Analia (sem acento, por favor) Camilo Soares. O nome está registrado na certidão de nascimento que acabou de chegar. O documento foi emitido com a ajuda do Núcleo Institucional da Fazenda Pública, Moradia e Direitos Sociais (Nufamd) da Defensoria Pública.
É até difícil de acreditar, mas a moradora de Três Lagoas viveu 99 anos sem certidão de nascimento.

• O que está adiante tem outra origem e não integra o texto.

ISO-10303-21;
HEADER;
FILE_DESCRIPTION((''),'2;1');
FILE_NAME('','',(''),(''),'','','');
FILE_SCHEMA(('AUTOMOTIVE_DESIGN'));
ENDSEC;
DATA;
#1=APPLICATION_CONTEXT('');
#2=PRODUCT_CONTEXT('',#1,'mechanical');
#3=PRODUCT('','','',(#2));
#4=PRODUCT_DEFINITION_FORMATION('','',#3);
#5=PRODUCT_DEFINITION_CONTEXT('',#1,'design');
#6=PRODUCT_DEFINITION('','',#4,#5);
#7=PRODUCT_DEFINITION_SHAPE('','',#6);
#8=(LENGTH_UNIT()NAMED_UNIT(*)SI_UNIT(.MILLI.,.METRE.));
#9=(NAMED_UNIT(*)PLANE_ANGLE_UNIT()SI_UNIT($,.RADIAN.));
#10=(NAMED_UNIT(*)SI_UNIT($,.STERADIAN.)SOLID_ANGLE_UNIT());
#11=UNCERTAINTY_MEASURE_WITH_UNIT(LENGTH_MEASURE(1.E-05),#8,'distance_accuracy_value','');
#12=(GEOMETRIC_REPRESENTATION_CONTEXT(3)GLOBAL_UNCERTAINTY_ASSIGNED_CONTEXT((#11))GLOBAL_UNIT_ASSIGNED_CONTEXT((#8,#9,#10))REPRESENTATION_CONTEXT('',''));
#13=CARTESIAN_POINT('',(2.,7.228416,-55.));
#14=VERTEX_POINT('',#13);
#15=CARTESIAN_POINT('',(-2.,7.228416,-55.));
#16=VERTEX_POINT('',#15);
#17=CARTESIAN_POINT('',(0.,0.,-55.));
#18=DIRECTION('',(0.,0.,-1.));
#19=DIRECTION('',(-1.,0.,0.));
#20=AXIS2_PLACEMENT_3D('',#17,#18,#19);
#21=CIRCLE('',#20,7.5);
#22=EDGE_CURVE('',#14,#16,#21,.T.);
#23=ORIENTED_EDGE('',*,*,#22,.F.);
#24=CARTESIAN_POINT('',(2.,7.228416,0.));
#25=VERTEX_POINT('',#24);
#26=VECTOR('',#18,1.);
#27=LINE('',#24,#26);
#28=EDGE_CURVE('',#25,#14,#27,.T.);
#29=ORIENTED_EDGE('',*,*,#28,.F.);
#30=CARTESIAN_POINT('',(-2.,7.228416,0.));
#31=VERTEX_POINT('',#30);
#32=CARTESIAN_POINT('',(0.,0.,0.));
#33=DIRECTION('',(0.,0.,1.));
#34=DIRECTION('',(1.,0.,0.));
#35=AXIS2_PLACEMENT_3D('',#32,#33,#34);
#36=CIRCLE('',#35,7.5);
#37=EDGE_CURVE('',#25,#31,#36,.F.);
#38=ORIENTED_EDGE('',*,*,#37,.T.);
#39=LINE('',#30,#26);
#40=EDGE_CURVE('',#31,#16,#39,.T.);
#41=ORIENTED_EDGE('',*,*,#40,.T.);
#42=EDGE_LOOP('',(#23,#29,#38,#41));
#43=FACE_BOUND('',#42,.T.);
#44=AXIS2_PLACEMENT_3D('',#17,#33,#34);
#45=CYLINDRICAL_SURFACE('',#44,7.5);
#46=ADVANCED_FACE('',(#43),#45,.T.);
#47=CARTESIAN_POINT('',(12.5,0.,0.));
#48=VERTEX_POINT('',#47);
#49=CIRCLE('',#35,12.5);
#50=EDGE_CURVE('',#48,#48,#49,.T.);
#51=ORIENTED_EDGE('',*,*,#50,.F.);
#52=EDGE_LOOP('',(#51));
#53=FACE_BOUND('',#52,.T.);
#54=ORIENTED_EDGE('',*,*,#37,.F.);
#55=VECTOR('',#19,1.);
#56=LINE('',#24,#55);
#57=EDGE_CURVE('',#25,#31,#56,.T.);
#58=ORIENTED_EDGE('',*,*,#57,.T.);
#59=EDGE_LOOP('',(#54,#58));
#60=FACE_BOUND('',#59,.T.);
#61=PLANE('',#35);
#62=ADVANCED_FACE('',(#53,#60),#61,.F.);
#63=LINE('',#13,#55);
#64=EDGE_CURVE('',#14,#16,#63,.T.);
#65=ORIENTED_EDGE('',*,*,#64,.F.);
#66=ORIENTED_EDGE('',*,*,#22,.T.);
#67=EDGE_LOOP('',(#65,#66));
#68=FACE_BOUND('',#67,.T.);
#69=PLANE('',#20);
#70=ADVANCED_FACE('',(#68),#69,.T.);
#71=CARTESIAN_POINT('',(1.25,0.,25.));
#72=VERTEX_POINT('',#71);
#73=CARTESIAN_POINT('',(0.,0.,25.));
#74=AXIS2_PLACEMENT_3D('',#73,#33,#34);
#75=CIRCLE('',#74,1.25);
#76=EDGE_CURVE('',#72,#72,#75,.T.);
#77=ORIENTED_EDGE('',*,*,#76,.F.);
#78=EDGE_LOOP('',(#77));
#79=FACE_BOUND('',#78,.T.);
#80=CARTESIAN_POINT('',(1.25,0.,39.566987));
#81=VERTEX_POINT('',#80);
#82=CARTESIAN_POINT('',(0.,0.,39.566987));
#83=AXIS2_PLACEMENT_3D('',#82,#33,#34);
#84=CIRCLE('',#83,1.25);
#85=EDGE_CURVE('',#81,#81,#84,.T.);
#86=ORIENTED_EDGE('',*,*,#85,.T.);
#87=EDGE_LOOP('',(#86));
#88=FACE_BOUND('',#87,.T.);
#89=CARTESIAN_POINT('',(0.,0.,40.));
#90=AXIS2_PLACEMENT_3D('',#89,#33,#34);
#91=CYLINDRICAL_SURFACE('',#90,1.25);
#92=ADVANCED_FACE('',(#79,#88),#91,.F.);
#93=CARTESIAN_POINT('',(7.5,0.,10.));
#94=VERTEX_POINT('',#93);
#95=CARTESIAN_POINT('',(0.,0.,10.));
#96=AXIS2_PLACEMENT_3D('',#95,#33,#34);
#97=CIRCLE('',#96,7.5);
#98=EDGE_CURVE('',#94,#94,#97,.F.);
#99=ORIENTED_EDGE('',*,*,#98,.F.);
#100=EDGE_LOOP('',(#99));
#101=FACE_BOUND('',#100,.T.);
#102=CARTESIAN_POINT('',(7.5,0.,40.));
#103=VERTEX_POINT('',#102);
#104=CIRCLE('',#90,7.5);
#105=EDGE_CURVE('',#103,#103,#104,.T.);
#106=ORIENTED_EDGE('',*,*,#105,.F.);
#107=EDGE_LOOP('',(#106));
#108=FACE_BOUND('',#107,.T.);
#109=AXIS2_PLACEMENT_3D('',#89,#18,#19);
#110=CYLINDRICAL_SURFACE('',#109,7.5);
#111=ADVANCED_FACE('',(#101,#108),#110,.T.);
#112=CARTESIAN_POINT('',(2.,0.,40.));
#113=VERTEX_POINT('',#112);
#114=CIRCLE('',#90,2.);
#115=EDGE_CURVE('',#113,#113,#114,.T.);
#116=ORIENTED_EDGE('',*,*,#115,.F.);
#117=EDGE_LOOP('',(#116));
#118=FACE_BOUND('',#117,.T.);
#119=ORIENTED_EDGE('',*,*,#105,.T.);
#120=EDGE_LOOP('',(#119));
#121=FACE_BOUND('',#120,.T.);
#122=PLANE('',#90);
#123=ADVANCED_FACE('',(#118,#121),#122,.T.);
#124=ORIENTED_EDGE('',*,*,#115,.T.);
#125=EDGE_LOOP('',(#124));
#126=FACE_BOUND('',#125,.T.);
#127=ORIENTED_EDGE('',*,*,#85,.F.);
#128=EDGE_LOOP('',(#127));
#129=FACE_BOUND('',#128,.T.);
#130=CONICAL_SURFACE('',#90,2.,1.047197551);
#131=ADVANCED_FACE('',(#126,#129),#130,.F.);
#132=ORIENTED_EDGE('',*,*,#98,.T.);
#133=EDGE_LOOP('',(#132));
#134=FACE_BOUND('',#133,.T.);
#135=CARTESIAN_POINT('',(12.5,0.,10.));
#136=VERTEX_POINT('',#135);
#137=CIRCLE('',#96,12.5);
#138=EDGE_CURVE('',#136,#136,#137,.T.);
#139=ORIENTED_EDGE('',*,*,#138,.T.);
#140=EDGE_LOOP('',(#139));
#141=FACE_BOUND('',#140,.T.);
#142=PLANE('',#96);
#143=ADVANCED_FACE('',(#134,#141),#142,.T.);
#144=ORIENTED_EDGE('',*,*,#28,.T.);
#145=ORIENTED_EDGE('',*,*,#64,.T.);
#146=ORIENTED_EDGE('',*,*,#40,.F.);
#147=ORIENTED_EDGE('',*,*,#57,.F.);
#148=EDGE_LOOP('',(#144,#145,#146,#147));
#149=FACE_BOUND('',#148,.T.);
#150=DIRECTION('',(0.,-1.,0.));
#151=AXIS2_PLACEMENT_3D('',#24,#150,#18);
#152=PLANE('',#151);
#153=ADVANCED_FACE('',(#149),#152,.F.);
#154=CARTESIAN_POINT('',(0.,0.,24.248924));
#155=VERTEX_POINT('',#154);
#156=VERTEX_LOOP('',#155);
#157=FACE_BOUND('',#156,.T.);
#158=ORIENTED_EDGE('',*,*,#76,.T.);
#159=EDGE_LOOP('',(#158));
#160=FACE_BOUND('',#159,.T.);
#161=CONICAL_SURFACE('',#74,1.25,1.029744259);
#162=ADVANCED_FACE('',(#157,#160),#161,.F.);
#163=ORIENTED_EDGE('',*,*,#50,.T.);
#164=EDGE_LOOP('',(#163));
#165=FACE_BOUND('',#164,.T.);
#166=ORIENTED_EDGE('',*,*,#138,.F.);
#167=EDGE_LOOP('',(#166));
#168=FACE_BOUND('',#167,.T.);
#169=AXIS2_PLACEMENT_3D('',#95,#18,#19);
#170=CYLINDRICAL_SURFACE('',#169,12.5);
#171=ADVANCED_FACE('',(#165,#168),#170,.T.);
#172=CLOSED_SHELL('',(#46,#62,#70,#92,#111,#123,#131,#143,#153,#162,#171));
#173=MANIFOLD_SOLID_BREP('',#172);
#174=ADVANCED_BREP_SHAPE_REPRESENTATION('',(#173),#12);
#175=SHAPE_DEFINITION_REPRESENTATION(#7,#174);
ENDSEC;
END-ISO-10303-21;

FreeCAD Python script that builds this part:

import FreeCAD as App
import Part
import Sketcher
Q = App.Units.Quantity

doc = App.newDocument("Part")
body = doc.addObject("PartDesign::Body", "Body")

sketch1 = doc.addObject("Sketcher::SketchObject", "Sketch")
body.addObject(sketch1)
sketch1.AttachmentSupport = (doc.XY_Plane, [""])
sketch1.MapMode = "FlatFace"
sketch1.addGeometry(Part.Circle(App.Vector(0, 0, 0), App.Vector(0, 0, 1), 12.5), False)
sketch1.addConstraint([
    Sketcher.Constraint("Coincident", 0, 3, -1, 1),
    Sketcher.Constraint("Diameter", 0, Q("25 mm")),
])
pad1 = doc.addObject("PartDesign::Pad", "Pad")
body.addObject(pad1)
pad1.Profile = sketch1
pad1.Length = 10

sketch2 = doc.addObject("Sketcher::SketchObject", "Sketch001")
body.addObject(sketch2)
sketch2.AttachmentSupport = (doc.XY_Plane, [""])
sketch2.MapMode = "FlatFace"
sketch2.addGeometry(Part.Circle(App.Vector(0, 0, 0), App.Vector(0, 0, 1), 7.5), False)
sketch2.addConstraint([
    Sketcher.Constraint("Coincident", 0, 3, -1, 1),
    Sketcher.Constraint("Diameter", 0, Q("15 mm")),
])
pad2 = doc.addObject("PartDesign::Pad", "Pad001")
body.addObject(pad2)
pad2.Profile = sketch2
pad2.Length = 40

sketch3 = doc.addObject("Sketcher::SketchObject", "Sketch002")
body.addObject(sketch3)
sketch3.AttachmentSupport = (doc.XY_Plane, [""])
sketch3.MapMode = "FlatFace"
sketch3.AttachmentOffset = App.Placement(App.Vector(0, 0, -55), App.Rotation())
sketch3.addGeometry(Part.Circle(App.Vector(0, 0, 0), App.Vector(0, 0, 1), 7.5), False)
sketch3.addConstraint([
    Sketcher.Constraint("Coincident", 0, 3, -1, 1),
    Sketcher.Constraint("Diameter", 0, Q("15 mm")),
])
pad3 = doc.addObject("PartDesign::Pad", "Pad002")
body.addObject(pad3)
pad3.Profile = sketch3
pad3.Length = 55

sketch4 = doc.addObject("Sketcher::SketchObject", "Sketch003")
body.addObject(sketch4)
sketch4.AttachmentSupport = (doc.XY_Plane, [""])
sketch4.MapMode = "FlatFace"
sketch4.AttachmentOffset = App.Placement(App.Vector(0, 0, 40), App.Rotation())
sketch4.addGeometry(Part.Circle(App.Vector(0, 0, 0), App.Vector(0, 0, 1), 1.25), False)
sketch4.addConstraint([
    Sketcher.Constraint("Coincident", 0, 3, -1, 1),
    Sketcher.Constraint("Diameter", 0, Q("2.5 mm")),
])
doc.recompute()
hole = doc.addObject("PartDesign::Hole", "Hole")
body.addObject(hole)
hole.Profile = sketch4
hole.ThreadType = "None"
hole.Diameter = 2.5
hole.DepthType = "Dimension"
hole.Depth = 15
hole.DrillPoint = "Angled"
hole.DrillPointAngle = 118
hole.HoleCutType = "Countersink"
hole.HoleCutDiameter = 4
hole.HoleCutCountersinkAngle = 120

sketch5 = doc.addObject("Sketcher::SketchObject", "Sketch004")
body.addObject(sketch5)
sketch5.AttachmentSupport = (doc.XY_Plane, [""])
sketch5.MapMode = "FlatFace"
sketch5.AttachmentOffset = App.Placement(App.Vector(0, 0, -55), App.Rotation())
sketch5.addGeometry([
    Part.LineSegment(App.Vector(2, 10.253849, 0), App.Vector(2, 7.228416, 0)),
    Part.LineSegment(App.Vector(2, 7.228416, 0), App.Vector(-2, 7.228416, 0)),
    Part.LineSegment(App.Vector(-2, 7.228416, 0), App.Vector(-2, 10.253849, 0)),
    Part.LineSegment(App.Vector(-2, 10.253849, 0), App.Vector(2, 10.253849, 0)),
], False)
sketch5.addConstraint([
    Sketcher.Constraint("Coincident", 0, 2, 1, 1),
    Sketcher.Constraint("Coincident", 1, 2, 2, 1),
    Sketcher.Constraint("Coincident", 2, 2, 3, 1),
    Sketcher.Constraint("Coincident", 3, 2, 0, 1),
    Sketcher.Constraint("Vertical", 0),
    Sketcher.Constraint("Horizontal", 1),
    Sketcher.Constraint("Vertical", 2),
    Sketcher.Constraint("Horizontal", 3),
    Sketcher.Constraint("DistanceX", 1, 2, 1, 1, Q("4 mm")),
    Sketcher.Constraint("DistanceX", -1, 1, 0, 2, Q("2 mm")),
    Sketcher.Constraint("DistanceY", 0, 2, 0, 1, Q("3.025433 mm")),
    Sketcher.Constraint("DistanceY", -1, 1, 2, 2, Q("10.253849 mm")),
])
pocket1 = doc.addObject("PartDesign::Pocket", "Pocket")
body.addObject(pocket1)
pocket1.Profile = sketch5
pocket1.Length = 55
pocket1.Reversed = True

doc.recompute()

A idosa perdeu o documento ao longo da vida, como identificação, tinha apenas uma cópia da Carteira de Identidade (RG) expedida em 1982, mas precisava do registro civil atualizado para conseguir solicitar a emissão de sua Carteira de Identidade Nacional (CIN).
Segundo o release oficial da Defesoria Pública, o Nufamd procedeu buscas junto ao Cartório de Registro Civil de Três Lagoas, que localizou o registro de nascimento dela.
“Assim, a assistida teve acesso a sua nova certidão de nascimento aos 99 anos de idade”, explica Regina Célia Rodrigues Magro, coordenadora do Nufamd.
Entenda seus direitos
A certidão de nascimento no Brasil é o primeiro documento civil, obrigatório e gratuito, emitido pelo Cartório de Registro Civil mediante apresentação da Declaração de Nascido Vivo e documentos dos pais.
Quando não registrada no prazo legal (15 dias, podendo se estender até três meses, em áreas remotas), a certidão de nascimento torna-se uma certidão de nascimento tardia – para emiti-la, exige-se procedimento administrativo no cartório ou ação judicial, caso faltem documentos.